FOGProject / fog-docs

Documentation for FOG 1.X
GNU General Public License v3.0
17 stars 19 forks source link

Obtain local versions of Mediawiki files #18

Open darksidemilk opened 1 year ago

darksidemilk commented 1 year ago

To make it possible to do an initial conversion of what's in the wiki we can use a local version of pandoc to convert things.

We first need to find either a built in Mediawiki method to get the source files or build a web scraper to get that content

This would likely go in a to-convert folder along with converted md files that would gradually be vetted l, updated, and moved into their new homes

Sebastian-Roth commented 1 year ago

We first need to find either a built in Mediawiki method to get the source files or build a web scraper to get that content

I think I have done something similar in another project when moving from one wiki to another to make absolutely sure the contents were all there. Pulled it all down from both wikis and compared the contents.

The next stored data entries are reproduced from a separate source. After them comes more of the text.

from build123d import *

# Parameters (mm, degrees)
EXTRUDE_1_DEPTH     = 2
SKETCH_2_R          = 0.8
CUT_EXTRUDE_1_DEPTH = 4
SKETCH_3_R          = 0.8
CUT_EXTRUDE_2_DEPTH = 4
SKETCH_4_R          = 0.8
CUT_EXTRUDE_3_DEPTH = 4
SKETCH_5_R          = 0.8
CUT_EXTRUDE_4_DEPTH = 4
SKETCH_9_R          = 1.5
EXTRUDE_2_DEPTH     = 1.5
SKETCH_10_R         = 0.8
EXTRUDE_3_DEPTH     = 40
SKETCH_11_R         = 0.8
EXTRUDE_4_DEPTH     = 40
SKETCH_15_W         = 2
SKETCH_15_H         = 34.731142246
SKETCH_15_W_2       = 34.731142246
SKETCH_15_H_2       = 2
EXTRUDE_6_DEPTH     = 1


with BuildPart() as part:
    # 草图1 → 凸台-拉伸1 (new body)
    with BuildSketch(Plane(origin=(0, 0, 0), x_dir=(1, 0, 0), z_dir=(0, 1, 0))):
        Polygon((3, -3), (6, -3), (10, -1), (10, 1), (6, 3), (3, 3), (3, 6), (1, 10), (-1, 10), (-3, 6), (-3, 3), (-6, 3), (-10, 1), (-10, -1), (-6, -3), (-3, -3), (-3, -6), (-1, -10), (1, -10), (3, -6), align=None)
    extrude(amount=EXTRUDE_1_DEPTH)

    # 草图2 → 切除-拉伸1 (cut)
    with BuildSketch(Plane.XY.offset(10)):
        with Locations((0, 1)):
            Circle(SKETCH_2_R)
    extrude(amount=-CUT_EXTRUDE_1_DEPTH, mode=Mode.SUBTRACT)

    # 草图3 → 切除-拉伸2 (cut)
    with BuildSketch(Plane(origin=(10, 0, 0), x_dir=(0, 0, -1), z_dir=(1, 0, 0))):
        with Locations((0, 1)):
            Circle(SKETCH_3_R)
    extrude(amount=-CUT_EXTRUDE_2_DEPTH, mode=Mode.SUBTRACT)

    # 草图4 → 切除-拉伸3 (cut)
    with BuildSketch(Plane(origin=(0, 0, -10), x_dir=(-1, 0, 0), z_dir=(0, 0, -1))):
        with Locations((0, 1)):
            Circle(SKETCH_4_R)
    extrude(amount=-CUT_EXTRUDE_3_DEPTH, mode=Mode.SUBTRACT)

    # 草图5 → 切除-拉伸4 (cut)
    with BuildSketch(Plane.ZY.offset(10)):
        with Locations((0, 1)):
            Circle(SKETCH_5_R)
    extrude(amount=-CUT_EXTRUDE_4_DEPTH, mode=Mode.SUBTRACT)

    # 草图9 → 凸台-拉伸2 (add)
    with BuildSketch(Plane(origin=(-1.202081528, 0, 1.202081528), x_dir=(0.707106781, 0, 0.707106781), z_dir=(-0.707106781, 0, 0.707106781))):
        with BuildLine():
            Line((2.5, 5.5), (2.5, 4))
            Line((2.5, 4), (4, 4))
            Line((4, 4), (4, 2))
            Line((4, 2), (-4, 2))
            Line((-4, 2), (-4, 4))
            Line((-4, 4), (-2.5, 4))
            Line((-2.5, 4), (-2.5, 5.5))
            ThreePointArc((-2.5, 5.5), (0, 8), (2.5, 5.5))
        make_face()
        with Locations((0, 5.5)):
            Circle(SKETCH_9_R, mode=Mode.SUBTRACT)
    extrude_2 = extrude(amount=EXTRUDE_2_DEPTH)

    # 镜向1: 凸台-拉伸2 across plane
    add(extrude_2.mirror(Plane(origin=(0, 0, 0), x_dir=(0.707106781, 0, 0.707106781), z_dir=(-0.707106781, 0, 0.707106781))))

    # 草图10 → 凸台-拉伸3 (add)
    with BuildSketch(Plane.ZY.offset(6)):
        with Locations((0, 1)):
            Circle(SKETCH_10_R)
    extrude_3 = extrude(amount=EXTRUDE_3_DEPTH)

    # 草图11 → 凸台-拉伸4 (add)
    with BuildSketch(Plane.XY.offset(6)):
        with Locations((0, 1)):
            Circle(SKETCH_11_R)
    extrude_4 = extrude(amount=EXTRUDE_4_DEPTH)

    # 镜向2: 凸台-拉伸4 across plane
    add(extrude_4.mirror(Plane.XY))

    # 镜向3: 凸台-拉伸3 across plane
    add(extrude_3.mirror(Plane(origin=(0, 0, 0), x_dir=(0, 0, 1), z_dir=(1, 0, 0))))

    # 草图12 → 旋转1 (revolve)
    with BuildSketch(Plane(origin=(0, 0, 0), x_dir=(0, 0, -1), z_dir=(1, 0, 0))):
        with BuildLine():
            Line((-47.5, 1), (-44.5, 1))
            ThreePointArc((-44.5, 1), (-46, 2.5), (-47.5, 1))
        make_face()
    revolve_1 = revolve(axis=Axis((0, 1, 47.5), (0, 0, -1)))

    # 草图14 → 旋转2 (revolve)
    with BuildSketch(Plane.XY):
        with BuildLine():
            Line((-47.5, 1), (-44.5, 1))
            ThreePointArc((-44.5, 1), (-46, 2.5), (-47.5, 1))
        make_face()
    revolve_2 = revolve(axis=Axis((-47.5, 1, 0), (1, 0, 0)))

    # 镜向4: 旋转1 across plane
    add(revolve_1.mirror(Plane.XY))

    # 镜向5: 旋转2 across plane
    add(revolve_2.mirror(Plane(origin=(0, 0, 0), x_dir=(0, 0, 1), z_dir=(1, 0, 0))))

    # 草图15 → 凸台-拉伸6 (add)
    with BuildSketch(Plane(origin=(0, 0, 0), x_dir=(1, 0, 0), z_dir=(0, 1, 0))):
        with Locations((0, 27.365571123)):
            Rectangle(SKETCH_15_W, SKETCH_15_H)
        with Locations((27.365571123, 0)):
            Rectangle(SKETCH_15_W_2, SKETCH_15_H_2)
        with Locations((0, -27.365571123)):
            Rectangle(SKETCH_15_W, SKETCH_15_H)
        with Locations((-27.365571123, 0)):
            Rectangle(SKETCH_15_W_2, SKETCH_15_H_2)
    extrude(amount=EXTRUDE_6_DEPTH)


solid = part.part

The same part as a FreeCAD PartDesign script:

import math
import FreeCAD as App
import Part
import Sketcher

doc = App.newDocument("Part")
body = doc.addObject("PartDesign::Body", "Body")

# Sketch on XZ plane
sketch1 = doc.addObject("Sketcher::SketchObject", "Sketch")
body.addObject(sketch1)
sketch1.AttachmentSupport = (doc.XZ_Plane, [""])
sketch1.MapMode = "FlatFace"
sketch1.addGeometry([
    Part.LineSegment(App.Vector(3, 3, 0), App.Vector(6, 3, 0)),  # 0
    Part.LineSegment(App.Vector(6, 3, 0), App.Vector(10, 1, 0)),  # 1
    Part.LineSegment(App.Vector(10, 1, 0), App.Vector(10, -1, 0)),  # 2
    Part.LineSegment(App.Vector(10, -1, 0), App.Vector(6, -3, 0)),  # 3
    Part.LineSegment(App.Vector(6, -3, 0), App.Vector(3, -3, 0)),  # 4
    Part.LineSegment(App.Vector(3, -3, 0), App.Vector(3, -6, 0)),  # 5
    Part.LineSegment(App.Vector(3, -6, 0), App.Vector(1, -10, 0)),  # 6
    Part.LineSegment(App.Vector(1, -10, 0), App.Vector(-1, -10, 0)),  # 7
    Part.LineSegment(App.Vector(-1, -10, 0), App.Vector(-3, -6, 0)),  # 8
    Part.LineSegment(App.Vector(-3, -6, 0), App.Vector(-3, -3, 0)),  # 9
    Part.LineSegment(App.Vector(-3, -3, 0), App.Vector(-6, -3, 0)),  # 10
    Part.LineSegment(App.Vector(-6, -3, 0), App.Vector(-10, -1, 0)),  # 11
    Part.LineSegment(App.Vector(-10, -1, 0), App.Vector(-10, 1, 0)),  # 12
    Part.LineSegment(App.Vector(-10, 1, 0), App.Vector(-6, 3, 0)),  # 13
    Part.LineSegment(App.Vector(-6, 3, 0), App.Vector(-3, 3, 0)),  # 14
    Part.LineSegment(App.Vector(-3, 3, 0), App.Vector(-3, 6, 0)),  # 15
    Part.LineSegment(App.Vector(-3, 6, 0), App.Vector(-1, 10, 0)),  # 16
    Part.LineSegment(App.Vector(-1, 10, 0), App.Vector(1, 10, 0)),  # 17
    Part.LineSegment(App.Vector(1, 10, 0), App.Vector(3, 6, 0)),  # 18
    Part.LineSegment(App.Vector(3, 6, 0), App.Vector(3, 3, 0)),  # 19
], False)
sketch1.addConstraint([
    Sketcher.Constraint("Coincident", 0, 2, 1, 1),
    Sketcher.Constraint("Coincident", 1, 2, 2, 1),
    Sketcher.Constraint("Coincident", 2, 2, 3, 1),
    Sketcher.Constraint("Coincident", 3, 2, 4, 1),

I am sure I have the (python?) scripts ready somewhere. Will check it out and share it here.

Sebastian-Roth commented 1 year ago

@darksidemilk Give this a try: https://gist.github.com/Sebastian-Roth/4e660a35b5c5be751c7f459b9f161cb1 (should work out of the box)

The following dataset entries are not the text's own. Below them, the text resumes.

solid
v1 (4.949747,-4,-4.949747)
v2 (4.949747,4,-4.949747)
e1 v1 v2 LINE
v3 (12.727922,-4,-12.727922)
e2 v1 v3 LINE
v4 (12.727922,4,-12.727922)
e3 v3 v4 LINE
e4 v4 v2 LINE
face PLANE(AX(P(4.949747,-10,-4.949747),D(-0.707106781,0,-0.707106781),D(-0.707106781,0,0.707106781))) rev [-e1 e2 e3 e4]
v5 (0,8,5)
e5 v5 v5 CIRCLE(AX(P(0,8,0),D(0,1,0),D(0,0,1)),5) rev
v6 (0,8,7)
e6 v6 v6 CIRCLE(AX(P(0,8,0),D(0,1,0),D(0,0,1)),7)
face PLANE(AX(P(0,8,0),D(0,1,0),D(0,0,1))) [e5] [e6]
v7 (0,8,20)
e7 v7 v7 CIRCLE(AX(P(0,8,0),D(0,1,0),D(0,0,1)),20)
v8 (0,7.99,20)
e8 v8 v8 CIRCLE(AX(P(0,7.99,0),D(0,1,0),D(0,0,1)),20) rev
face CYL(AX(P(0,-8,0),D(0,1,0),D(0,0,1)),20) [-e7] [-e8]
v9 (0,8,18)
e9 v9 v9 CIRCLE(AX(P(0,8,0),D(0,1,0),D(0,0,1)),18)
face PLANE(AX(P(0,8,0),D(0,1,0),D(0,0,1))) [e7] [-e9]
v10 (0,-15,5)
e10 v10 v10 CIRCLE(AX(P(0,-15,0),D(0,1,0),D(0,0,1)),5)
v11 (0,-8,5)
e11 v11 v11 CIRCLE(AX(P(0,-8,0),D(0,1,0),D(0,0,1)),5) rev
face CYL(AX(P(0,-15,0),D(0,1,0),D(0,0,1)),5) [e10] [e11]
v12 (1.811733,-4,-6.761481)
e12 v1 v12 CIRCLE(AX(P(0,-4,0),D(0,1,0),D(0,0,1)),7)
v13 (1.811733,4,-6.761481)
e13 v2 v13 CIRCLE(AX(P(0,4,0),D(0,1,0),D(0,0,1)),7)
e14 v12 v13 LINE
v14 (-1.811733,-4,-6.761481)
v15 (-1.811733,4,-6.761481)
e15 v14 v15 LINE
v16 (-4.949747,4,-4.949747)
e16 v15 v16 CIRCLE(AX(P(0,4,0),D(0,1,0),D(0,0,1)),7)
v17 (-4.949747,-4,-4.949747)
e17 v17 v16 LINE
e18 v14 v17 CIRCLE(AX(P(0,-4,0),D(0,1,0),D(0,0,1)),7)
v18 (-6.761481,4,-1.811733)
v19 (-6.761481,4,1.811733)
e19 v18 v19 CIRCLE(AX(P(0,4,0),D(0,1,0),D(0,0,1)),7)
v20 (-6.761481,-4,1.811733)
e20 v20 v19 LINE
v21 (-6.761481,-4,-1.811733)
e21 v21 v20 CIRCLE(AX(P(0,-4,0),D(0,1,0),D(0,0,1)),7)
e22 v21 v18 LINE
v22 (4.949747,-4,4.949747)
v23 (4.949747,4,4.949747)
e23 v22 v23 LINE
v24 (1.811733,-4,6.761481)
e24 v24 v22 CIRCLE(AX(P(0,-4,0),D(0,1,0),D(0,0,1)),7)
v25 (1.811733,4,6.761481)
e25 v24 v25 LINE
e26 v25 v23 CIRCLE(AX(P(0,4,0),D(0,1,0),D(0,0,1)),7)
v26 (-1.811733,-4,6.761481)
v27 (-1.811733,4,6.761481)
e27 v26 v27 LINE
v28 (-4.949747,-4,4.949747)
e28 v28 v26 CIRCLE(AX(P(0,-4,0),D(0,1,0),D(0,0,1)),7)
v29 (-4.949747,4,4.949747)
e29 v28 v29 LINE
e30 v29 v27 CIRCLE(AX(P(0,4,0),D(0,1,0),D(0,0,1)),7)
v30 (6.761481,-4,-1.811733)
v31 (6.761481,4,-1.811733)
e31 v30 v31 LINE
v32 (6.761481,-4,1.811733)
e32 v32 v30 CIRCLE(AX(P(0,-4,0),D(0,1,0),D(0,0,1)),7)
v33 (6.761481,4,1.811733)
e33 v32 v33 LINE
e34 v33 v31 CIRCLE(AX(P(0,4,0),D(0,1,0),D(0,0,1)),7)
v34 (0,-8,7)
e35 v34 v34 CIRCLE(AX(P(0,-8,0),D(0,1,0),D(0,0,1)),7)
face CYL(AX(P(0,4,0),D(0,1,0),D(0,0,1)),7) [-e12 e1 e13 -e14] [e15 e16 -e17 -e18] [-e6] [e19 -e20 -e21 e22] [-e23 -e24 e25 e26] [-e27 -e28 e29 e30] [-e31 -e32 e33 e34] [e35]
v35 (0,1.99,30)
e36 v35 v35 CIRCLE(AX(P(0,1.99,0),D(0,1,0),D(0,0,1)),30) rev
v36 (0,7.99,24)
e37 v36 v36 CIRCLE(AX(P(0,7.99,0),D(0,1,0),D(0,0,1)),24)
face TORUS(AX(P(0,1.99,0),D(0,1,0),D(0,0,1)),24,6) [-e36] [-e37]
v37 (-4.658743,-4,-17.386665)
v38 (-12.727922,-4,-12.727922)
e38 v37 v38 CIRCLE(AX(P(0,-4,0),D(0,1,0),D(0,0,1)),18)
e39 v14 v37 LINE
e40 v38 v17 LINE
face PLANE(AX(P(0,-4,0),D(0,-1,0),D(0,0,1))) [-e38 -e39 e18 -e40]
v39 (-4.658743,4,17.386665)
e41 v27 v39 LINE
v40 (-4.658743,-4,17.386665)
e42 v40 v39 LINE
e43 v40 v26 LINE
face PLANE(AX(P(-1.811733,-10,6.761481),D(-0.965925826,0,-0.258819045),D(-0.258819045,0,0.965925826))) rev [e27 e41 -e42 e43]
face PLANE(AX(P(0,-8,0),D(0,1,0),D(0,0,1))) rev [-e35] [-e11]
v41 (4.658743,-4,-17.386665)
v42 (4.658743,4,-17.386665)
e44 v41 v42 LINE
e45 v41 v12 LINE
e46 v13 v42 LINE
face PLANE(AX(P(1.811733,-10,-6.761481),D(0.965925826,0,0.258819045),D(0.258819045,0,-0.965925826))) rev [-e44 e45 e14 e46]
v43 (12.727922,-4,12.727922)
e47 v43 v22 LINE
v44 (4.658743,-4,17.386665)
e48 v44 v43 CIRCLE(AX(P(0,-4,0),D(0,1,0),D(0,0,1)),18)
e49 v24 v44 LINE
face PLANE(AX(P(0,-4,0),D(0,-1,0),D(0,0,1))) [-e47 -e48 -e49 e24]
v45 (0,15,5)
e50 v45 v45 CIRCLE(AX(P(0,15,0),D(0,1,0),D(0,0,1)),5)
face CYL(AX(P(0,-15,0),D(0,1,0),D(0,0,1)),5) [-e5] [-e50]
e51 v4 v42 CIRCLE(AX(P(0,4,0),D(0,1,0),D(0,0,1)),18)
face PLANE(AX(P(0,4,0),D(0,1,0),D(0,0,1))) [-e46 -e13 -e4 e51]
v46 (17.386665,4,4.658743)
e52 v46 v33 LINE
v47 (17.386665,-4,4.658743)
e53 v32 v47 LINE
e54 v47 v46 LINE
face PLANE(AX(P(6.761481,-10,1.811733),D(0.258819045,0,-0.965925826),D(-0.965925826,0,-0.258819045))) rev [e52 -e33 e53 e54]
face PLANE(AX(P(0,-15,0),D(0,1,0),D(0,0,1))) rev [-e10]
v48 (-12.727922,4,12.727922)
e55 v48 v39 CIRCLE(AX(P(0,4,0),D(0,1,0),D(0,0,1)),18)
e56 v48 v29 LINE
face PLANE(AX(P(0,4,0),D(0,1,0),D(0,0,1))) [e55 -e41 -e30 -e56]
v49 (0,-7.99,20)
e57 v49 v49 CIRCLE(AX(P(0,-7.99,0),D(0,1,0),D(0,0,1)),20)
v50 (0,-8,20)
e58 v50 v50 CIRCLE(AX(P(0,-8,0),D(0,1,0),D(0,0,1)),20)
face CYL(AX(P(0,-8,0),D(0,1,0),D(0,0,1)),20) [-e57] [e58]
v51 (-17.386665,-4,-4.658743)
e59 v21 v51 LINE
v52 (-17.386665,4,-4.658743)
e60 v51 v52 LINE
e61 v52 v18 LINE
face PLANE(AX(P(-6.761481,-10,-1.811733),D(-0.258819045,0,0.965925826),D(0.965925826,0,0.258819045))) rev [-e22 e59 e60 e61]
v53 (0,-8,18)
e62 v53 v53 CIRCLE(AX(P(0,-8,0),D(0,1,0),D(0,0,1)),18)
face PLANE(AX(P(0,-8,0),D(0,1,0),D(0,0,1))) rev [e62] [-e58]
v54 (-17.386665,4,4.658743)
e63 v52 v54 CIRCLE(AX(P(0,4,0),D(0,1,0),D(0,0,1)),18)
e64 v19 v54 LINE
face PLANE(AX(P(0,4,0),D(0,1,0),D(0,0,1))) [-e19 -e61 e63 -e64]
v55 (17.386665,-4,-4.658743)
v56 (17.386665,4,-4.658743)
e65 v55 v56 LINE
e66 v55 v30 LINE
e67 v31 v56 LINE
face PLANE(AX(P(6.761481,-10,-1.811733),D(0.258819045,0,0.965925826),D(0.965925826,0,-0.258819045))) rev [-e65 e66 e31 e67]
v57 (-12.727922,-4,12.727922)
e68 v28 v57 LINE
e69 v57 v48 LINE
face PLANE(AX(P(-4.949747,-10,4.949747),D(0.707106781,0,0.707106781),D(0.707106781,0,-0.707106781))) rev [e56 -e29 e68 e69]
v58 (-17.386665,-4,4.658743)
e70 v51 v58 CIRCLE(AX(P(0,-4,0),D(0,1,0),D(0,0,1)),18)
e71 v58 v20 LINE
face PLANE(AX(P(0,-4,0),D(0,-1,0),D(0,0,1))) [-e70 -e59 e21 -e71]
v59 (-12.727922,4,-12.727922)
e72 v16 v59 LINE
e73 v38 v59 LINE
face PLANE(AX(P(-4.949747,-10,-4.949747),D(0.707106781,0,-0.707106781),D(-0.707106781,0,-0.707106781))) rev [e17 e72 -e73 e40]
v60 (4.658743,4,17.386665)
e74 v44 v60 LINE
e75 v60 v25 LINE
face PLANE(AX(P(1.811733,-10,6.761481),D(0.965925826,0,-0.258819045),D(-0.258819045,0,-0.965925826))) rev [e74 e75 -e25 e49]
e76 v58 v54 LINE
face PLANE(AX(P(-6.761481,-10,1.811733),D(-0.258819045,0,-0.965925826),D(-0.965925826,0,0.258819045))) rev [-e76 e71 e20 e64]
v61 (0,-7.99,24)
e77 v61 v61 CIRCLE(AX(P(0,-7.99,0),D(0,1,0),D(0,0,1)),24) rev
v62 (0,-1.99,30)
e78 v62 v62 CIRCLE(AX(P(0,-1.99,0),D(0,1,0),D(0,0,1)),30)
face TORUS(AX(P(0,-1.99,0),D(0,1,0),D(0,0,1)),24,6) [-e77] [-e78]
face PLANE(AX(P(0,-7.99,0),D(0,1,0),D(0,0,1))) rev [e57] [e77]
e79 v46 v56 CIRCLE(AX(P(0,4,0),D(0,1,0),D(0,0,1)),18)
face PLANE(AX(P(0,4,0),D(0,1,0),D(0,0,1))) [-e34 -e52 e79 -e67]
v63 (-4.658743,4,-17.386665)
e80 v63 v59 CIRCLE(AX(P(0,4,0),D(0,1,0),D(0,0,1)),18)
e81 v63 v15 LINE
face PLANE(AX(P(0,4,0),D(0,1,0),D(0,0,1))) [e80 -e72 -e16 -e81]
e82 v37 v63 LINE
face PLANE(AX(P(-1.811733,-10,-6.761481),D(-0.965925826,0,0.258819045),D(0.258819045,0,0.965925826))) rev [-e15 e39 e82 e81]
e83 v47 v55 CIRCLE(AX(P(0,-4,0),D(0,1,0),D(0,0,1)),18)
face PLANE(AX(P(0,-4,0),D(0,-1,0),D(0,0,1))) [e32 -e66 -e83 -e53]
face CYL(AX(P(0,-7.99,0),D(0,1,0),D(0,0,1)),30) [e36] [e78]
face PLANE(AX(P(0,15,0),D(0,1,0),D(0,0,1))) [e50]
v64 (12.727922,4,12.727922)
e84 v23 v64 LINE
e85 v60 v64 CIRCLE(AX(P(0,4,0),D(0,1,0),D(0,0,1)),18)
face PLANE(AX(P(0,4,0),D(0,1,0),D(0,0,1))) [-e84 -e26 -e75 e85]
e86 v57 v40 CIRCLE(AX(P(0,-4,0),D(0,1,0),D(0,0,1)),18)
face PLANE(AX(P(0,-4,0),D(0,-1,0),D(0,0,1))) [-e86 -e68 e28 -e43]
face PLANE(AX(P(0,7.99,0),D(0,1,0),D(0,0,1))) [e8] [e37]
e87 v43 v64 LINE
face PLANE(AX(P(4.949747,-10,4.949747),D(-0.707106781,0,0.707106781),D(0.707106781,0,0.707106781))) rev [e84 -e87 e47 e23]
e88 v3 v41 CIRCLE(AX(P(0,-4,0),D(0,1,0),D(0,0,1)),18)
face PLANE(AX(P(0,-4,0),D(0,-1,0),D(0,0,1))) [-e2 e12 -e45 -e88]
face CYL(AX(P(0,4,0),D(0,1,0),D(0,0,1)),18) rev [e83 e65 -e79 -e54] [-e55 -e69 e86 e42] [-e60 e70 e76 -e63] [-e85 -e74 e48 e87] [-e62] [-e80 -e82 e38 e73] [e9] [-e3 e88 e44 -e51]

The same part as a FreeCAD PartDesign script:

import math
import FreeCAD as App
import Part
import Sketcher

V = App.Vector
Q = App.Units.Quantity


def edges_at(feature, points):
    """Names of the edges that pass closest to the given points."""
    edges = feature.Shape.Edges
    near = lambda p: min(range(len(edges)), key=lambda i: edges[i].distToShape(Part.Vertex(*p))[0])
    return sorted({f"Edge{near(p) + 1}" for p in points})

doc = App.newDocument("Part")
body = doc.addObject("PartDesign::Body", "Body")

sketch1 = body.newObject("Sketcher::SketchObject", "Sketch")
sketch1.AttachmentSupport = (doc.getObject("XZ_Plane"), [""])
sketch1.MapMode = "FlatFace"
sketch1.addGeometry(Part.Circle(V(0, 0, 0), V(0, 0, 1), 5), False)
sketch1.addConstraint(Sketcher.Constraint("Coincident", 0, 3, -1, 1))
sketch1.addConstraint(Sketcher.Constraint("Diameter", 0, Q("10 mm")))
pad1 = body.newObject("PartDesign::Pad", "Pad")
pad1.Profile = sketch1
pad1.Type = "TwoLengths"
pad1.Length = 15
pad1.Length2 = 15
pad1.Reversed = True

sketch2 = body.newObject("Sketcher::SketchObject", "Sketch001")
sketch2.AttachmentSupport = (doc.getObject("XZ_Plane"), [""])
sketch2.MapMode = "FlatFace"
sketch2.addGeometry(Part.Circle(V(0, 0, 0), V(0, 0, 1), 20), False)
sketch2.addConstraint(Sketcher.Constraint("Coincident", 0, 3, -1, 1))
sketch2.addConstraint(Sketcher.Constraint("Diameter", 0, Q("40 mm")))
pad2 = body.newObject("PartDesign::Pad", "Pad001")
pad2.Profile = sketch2
pad2.Type = "TwoLengths"
pad2.Length = 8
pad2.Length2 = 8
pad2.Reversed = True

sketch3 = body.newObject("Sketcher::SketchObject", "Sketch002")
sketch3.AttachmentSupport = (doc.getObject("XZ_Plane"), [""])
sketch3.MapMode = "FlatFace"
sketch3.AttachmentOffset = App.Placement(V(0, 0, -8), App.Rotation())
sketch3.addGeometry(Part.Circle(V(0, 0, 0), V(0, 0, 1), 18), False)
sketch3.addGeometry(Part.Circle(V(0, 0, 0), V(0, 0, 1), 7), False)
sketch3.addConstraint(Sketcher.Constraint("Coincident", 0, 3, -1, 1))
sketch3.addConstraint(Sketcher.Constraint("Coincident", 1, 3, -1, 1))
sketch3.addConstraint(Sketcher.Constraint("Diameter", 0, Q("36 mm")))
sketch3.addConstraint(Sketcher.Constraint("Diameter", 1, Q("14 mm")))
pocket1 = body.newObject("PartDesign::Pocket", "Pocket")
pocket1.Profile = sketch3
pocket1.Length = 4
pocket1.Reversed = True
doc.recompute()

mirrored = body.newObject("PartDesign::Mirrored", "Mirrored")
mirrored.Originals = [pocket1]
mirrored.MirrorPlane = (doc.getObject("XZ_Plane"), [""])
body.Tip = mirrored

darksidemilk commented 1 year ago

@Sebastian-Roth It started out great but hits a snag I get to this page and get this python error

title: Add & Extend a 2nd Virtual HDD, id: 4778, revs: 7
Traceback (most recent call last):
  File "..\fog-docs\wikiArchive\get-wikifiles.py", line 38, in <module>
    f.write(content)
  File "..AppData\Local\Programs\Python\Python311\Lib\encodings\cp1252.py", line 19, in encode
    return codecs.charmap_encode(input,self.errors,encoding_table)[0]
           ^^^^^^^^^^^^^^^^^^^^^^^^^^^^^^^^^^^^^^^^^^^^^^^^^^^^^^^

I tried a couple python 3 revisions, do you know if it matters what version of python is used? Maybe there's just something off in one of the revisions of that file?

darksidemilk commented 1 year ago

I added a try/catch

with open(fn, 'w') as f:
                    try:
                        f.write(content)
                    except:
                        print(f"write failed")

That got it to continue through.

darksidemilk commented 1 year ago

I think I might have lost one file in my filtering to first rev only, but I'm not 100% sure. My powershell filtering showed 318 unique names once I removed all the _rev## strings. But there are 317 files in the wikiArchive folder after I filtered it. I'll try to figure out what may have been lost.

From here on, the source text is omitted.